• [DATASET RECORDS]:
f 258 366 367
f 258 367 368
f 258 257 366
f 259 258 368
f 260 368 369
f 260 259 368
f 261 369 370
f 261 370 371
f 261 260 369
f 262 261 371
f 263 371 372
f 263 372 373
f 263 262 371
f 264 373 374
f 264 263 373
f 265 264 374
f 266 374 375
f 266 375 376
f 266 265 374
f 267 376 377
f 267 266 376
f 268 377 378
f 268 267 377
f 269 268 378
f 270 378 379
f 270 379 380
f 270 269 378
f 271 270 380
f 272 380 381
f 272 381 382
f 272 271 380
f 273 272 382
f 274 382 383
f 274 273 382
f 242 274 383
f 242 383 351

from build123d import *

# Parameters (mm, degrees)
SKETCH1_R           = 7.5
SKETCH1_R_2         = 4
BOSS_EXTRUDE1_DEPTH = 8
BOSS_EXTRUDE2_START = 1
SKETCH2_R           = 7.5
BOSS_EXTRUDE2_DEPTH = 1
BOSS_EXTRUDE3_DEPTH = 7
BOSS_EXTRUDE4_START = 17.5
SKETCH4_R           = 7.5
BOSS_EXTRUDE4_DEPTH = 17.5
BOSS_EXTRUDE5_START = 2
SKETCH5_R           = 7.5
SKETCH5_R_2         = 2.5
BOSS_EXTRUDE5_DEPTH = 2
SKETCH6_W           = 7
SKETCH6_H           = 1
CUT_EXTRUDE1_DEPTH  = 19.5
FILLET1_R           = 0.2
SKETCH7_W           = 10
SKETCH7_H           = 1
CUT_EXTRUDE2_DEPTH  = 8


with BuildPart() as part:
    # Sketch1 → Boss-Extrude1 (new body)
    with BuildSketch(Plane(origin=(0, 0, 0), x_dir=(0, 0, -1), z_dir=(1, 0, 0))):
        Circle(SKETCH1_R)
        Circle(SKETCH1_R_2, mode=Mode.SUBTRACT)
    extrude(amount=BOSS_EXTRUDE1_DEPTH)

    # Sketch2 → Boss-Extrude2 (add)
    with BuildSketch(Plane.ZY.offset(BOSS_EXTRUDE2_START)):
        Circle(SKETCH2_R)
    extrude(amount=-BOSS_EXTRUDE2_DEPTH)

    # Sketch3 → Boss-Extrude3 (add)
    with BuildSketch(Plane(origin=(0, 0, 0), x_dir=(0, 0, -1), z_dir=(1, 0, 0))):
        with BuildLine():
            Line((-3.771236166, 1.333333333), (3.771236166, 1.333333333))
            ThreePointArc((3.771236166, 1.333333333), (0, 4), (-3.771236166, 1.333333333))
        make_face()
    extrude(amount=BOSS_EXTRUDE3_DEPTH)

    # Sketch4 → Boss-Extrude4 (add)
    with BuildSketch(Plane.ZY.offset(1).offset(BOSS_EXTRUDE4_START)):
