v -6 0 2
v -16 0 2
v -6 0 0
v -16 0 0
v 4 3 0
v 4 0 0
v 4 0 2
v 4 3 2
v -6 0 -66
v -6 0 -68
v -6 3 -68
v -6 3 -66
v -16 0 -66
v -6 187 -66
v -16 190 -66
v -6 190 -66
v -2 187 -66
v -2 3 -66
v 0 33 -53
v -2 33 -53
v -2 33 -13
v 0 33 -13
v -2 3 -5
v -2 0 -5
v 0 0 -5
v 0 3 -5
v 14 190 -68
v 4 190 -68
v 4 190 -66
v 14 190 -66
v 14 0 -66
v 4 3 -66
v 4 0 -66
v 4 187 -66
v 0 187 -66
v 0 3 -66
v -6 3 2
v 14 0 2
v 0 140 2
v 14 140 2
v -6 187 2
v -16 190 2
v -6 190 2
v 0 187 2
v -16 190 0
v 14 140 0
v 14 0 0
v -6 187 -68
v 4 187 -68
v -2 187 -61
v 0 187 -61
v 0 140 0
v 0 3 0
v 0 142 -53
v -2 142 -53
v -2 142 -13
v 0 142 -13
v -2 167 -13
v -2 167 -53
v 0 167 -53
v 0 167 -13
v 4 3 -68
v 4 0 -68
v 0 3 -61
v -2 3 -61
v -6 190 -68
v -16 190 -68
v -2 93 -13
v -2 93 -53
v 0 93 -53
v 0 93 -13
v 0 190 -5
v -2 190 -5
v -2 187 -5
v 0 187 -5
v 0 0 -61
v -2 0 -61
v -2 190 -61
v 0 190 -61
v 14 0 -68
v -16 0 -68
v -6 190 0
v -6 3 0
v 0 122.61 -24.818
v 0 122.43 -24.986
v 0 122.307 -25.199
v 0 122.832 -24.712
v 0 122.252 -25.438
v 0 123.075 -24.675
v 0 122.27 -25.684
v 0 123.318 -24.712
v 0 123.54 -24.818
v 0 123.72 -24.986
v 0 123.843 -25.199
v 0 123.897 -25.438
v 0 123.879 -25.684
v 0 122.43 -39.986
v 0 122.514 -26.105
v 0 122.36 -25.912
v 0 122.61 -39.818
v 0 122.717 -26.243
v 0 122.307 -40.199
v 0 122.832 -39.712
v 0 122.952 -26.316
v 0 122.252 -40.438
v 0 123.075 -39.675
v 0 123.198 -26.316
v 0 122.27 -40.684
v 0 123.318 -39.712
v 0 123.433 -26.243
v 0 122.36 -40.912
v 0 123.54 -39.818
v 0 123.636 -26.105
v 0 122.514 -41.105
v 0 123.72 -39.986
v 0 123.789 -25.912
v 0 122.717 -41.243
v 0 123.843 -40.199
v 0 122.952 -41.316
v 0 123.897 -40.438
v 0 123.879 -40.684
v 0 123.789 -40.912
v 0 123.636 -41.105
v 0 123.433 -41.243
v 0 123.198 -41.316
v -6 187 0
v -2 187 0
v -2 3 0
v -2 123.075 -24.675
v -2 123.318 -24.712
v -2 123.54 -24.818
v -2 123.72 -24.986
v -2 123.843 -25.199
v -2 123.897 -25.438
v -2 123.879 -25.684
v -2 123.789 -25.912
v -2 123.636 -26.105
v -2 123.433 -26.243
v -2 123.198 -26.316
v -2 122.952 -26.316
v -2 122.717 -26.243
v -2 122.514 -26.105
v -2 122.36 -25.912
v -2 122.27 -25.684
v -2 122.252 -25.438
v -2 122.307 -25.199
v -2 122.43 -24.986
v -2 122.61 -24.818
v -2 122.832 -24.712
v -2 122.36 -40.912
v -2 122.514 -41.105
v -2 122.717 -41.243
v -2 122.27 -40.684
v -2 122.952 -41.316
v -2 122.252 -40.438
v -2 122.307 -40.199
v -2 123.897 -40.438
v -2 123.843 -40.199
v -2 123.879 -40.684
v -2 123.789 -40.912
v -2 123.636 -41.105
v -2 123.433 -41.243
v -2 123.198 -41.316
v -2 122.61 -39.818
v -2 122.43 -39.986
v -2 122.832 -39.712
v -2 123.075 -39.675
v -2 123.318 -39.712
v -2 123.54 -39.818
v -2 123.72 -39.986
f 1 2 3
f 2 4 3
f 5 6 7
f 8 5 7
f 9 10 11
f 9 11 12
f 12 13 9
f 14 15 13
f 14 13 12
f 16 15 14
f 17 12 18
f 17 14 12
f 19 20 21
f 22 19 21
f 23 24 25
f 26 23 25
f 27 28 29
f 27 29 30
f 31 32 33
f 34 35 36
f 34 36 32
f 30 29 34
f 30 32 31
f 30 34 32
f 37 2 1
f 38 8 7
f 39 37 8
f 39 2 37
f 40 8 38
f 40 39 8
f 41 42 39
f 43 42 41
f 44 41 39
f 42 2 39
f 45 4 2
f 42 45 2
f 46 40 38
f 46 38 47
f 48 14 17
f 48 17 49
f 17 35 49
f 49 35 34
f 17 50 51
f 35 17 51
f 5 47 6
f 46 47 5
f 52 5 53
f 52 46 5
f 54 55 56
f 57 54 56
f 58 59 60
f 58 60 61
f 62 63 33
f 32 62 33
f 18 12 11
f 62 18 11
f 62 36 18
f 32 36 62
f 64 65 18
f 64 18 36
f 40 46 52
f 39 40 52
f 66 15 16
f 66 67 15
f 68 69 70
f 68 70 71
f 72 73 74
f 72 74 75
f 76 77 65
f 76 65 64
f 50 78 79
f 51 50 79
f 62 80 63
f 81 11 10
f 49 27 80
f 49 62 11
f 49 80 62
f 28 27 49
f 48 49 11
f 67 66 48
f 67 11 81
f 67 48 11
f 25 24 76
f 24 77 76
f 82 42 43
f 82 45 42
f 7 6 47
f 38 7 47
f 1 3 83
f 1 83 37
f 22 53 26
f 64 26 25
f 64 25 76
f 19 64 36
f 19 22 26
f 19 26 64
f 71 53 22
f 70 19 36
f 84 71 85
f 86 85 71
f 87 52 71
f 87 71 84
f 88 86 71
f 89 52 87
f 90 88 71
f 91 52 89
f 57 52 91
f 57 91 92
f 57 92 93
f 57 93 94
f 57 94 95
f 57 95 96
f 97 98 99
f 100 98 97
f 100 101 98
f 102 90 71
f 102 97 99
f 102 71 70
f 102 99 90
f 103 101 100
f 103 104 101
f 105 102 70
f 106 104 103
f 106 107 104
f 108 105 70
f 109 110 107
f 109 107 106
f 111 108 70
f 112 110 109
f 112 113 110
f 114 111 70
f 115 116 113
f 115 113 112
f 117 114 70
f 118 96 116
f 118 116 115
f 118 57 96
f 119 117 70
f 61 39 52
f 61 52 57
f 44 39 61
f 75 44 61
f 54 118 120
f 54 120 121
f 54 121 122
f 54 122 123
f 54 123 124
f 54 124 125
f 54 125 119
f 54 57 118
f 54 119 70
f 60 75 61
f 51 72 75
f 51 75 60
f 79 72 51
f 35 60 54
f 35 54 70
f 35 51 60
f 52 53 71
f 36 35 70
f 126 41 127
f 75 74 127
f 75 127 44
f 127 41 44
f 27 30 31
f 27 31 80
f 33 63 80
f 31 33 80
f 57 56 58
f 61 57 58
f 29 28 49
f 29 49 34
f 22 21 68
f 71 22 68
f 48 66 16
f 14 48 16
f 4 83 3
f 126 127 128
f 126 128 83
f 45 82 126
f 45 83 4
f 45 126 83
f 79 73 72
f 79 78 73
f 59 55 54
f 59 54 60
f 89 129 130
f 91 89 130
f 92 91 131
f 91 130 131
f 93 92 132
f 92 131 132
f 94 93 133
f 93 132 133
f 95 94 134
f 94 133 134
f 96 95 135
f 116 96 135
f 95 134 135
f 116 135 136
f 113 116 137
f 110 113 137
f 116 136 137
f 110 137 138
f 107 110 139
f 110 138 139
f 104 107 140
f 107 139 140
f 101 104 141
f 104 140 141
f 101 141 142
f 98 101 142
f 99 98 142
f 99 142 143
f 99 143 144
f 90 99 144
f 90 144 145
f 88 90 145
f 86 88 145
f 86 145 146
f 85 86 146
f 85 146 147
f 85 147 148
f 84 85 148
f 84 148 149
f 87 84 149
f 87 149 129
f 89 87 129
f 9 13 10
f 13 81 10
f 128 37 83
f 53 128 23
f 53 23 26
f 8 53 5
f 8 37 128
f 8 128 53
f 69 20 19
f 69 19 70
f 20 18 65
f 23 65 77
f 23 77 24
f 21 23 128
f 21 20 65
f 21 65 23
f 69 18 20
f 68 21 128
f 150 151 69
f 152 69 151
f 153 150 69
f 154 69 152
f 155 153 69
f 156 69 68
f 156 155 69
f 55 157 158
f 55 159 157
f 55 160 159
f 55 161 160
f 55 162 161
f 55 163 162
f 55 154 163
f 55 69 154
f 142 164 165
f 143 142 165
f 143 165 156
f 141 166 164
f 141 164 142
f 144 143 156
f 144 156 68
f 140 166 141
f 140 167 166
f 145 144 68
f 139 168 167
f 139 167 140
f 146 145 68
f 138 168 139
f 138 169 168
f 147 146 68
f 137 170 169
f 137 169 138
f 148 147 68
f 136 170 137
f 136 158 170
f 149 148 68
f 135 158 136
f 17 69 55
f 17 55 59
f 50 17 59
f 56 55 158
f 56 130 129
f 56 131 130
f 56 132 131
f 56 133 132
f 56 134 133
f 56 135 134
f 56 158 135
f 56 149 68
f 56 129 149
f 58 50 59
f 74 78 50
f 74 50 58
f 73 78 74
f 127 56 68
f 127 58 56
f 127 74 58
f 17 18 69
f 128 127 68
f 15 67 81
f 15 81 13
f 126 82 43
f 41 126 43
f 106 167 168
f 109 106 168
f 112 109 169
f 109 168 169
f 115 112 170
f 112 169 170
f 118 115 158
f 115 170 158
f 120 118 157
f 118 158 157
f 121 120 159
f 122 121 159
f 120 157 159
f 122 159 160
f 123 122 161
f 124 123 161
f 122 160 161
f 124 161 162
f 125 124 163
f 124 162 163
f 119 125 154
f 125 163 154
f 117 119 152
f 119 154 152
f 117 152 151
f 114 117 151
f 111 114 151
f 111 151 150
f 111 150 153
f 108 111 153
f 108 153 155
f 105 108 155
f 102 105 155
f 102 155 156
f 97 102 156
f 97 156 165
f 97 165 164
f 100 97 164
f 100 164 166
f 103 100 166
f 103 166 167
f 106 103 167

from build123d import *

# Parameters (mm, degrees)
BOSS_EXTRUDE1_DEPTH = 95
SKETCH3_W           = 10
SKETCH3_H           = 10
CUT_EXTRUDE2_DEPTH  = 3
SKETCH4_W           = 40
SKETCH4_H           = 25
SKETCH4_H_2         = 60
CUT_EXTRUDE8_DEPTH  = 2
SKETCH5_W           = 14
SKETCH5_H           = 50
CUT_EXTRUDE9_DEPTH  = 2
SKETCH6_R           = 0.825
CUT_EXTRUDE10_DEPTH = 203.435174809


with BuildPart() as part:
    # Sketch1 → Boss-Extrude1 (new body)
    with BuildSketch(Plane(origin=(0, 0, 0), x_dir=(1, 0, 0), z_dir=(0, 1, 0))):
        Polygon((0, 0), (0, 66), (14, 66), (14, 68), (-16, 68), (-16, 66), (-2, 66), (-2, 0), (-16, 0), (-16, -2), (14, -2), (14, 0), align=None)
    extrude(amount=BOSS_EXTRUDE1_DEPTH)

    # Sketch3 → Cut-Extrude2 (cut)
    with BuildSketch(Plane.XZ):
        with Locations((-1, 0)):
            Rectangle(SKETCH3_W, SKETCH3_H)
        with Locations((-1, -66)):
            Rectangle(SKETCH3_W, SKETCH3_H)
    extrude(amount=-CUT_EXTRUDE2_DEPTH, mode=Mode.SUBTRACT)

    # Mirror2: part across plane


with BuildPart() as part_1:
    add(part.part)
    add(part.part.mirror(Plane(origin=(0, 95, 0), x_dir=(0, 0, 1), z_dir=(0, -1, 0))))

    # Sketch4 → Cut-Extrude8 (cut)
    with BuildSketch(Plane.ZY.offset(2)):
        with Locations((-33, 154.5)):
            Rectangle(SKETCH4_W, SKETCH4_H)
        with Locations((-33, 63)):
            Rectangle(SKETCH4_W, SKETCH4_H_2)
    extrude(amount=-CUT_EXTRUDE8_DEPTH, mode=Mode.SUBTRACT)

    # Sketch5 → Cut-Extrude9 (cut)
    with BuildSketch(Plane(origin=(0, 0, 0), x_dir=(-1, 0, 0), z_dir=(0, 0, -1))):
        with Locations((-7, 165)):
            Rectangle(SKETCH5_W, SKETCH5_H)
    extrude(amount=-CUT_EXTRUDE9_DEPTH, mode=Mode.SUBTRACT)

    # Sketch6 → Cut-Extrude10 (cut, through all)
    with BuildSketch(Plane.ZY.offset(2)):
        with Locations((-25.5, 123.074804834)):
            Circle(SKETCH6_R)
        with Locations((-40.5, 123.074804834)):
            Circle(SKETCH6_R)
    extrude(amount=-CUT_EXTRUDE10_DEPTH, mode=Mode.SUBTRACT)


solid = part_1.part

• [WHAT TO WORK ON]:
Given the records above, reproduce precisely and only the lines between the line holding "f 124 123 161" and the line holding "f 106 103 167", inclusive.

• [ANSWER BELOW]:
f 124 123 161
f 122 160 161
f 124 161 162
f 125 124 163
f 124 162 163
f 119 125 154
f 125 163 154
f 117 119 152
f 119 154 152
f 117 152 151
f 114 117 151
f 111 114 151
f 111 151 150
f 111 150 153
f 108 111 153
f 108 153 155
f 105 108 155
f 102 105 155
f 102 155 156
f 97 102 156
f 97 156 165
f 97 165 164
f 100 97 164
f 100 164 166
f 103 100 166
f 103 166 167
f 106 103 167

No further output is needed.